The Democrat, who is trying to unseat Republican Gov. Greg Abbott, said that although his symptoms had improved, he would be resting at home on doctors’ orders.

Beto O’Rourke, the former congressman and 2020 Democratic presidential candidate who is running to unseat Greg Abbott in the tightening race for Texas governor, said on Sunday that he would be sidelined from campaigning because of a bacterial infection.

Mr. O’Rourke, 49, said on Twitter that he had gone to Methodist Hospital, in San Antonio, after feeling ill on Friday.

“While my symptoms have improved, I will be resting at home in El Paso in accordance with the doctors’ recommendations,” he said. “I am sorry to have had to postpone events because of this, but promise to be back on the road with you as soon as I am able.”

Mr. O’Rourke on Friday postponed a weekend of campaign stops in the Coastal Bend region of Texas after falling ill and had also left early from a book signing in San Antonio that afternoon, according to The Caller Times, a newspaper in Corpus Christi. A campaign spokesman said that Mr. O’Rourke did not have Covid-19 and did not provide more details, the newspaper reported.

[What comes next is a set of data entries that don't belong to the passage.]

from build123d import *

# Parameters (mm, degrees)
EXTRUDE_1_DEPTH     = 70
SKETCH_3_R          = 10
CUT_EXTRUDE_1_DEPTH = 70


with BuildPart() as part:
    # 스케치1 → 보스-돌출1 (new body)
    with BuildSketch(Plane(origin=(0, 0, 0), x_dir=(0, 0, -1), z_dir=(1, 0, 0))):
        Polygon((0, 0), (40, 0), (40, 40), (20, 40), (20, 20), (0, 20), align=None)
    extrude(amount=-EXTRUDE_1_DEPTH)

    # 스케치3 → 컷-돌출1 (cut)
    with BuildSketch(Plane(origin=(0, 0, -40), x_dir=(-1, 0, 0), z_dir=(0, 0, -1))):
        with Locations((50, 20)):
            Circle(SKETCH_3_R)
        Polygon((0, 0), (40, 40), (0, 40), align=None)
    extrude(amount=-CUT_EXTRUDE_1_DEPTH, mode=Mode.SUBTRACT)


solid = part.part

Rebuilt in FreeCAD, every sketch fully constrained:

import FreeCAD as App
import Part
import Sketcher

V = App.Vector
Q = App.Units.Quantity


def add_polygon(sketch, points):
    """Adds a closed chain of lines whose ends are joined by coincident constraints."""
    first, n = sketch.GeometryCount, len(points)
    for a, b in zip(points, points[1:] + points[:1]):
        sketch.addGeometry(Part.LineSegment(App.Vector(*a, 0), App.Vector(*b, 0)), False)
    for i in range(n):
        sketch.addConstraint(Sketcher.Constraint("Coincident", first + i, 2, first + (i + 1) % n, 1))

doc = App.newDocument("Part")
body = doc.addObject("PartDesign::Body", "Body")

# Sketch on YZ plane
sketch1 = body.newObject("Sketcher::SketchObject", "Sketch")
sketch1.AttachmentSupport = (doc.getObject("YZ_Plane"), [""])
sketch1.MapMode = "FlatFace"
add_polygon(sketch1, [(0, 0), (0, -40), (40, -40), (40, -20), (20, -20), (20, 0)])  # lines 0-5
sketch1.addConstraint(Sketcher.Constraint("Vertical", 0))
sketch1.addConstraint(Sketcher.Constraint("Horizontal", 1))
sketch1.addConstraint(Sketcher.Constraint("Vertical", 2))
sketch1.addConstraint(Sketcher.Constraint("Horizontal", 3))
sketch1.addConstraint(Sketcher.Constraint("Vertical", 4))
sketch1.addConstraint(Sketcher.Constraint("Horizontal", 5))
sketch1.addConstraint(Sketcher.Constraint("Coincident", 5, 2, -1, 1))
sketch1.addConstraint(Sketcher.Constraint("Equal", 3, 5))
sketch1.addConstraint(Sketcher.Constraint("Equal", 1, 0))
sketch1.addConstraint(Sketcher.Constraint("Equal", 5, 2))
sketch1.addConstraint(Sketcher.Constraint("DistanceX", 1, 1, 1, 2, Q("40 mm")))
pad1 = body.newObject("PartDesign::Pad", "Pad")
pad1.Profile = sketch1
pad1.Length = 70
pad1.Reversed = True

# Sketch on XY plane
sketch2 = body.newObject("Sketcher::SketchObject", "Sketch001")
sketch2.AttachmentSupport = (doc.getObject("XY_Plane"), [""])
sketch2.MapMode = "FlatFace"
sketch2.AttachmentOffset = App.Placement(V(0, 0, -40), App.Rotation())
sketch2.addGeometry(Part.Circle(V(-50, 20, 0), V(0, 0, 1), 10), False)  # 0
add_polygon(sketch2, [(0, 0), (-40, 40), (0, 40)])  # lines 1-3
sketch2.addConstraint(Sketcher.Constraint("Horizontal", 2))
sketch2.addConstraint(Sketcher.Constraint("Vertical", 3))
sketch2.addConstraint(Sketcher.Constraint("Coincident", 3, 2, -1, 1))
sketch2.addConstraint(Sketcher.Constraint("Equal", 2, 3))
sketch2.addConstraint(Sketcher.Constraint("Diameter", 0, Q("20 mm")))
sketch2.addConstraint(Sketcher.Constraint("DistanceX", 2, 1, 2, 2, Q("40 mm")))
sketch2.addConstraint(Sketcher.Constraint("DistanceX", 0, 3, -1, 1, Q("50 mm")))
sketch2.addConstraint(Sketcher.Constraint("DistanceY", -1, 1, 0, 3, Q("20 mm")))
pocket1 = body.newObject("PartDesign::Pocket", "Pocket")
pocket1.Profile = sketch2
pocket1.Length = 70
pocket1.Reversed = True

doc.recompute()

In his statement on Sunday, Mr. O’Rourke did not say when he expected to be back on the trail.

His uphill candidacy, an attempt to wrest the Texas governor’s mansion from Republican control for the first time since Ann Richards’s underdog win in 1990, has relied heavily on traveling the state and meeting Republican voters, even inviting protesters to his events.

“I can’t win this with Democrats alone,” Mr. O’Rourke said in a recent interview with The New York Times after an event in Texarkana.

A poll earlier this month from The Dallas Morning News and the University of Texas at Tyler found that Mr. Abbott, who is seeking his third term, was leading Mr. O’Rourke by 7 percentage points.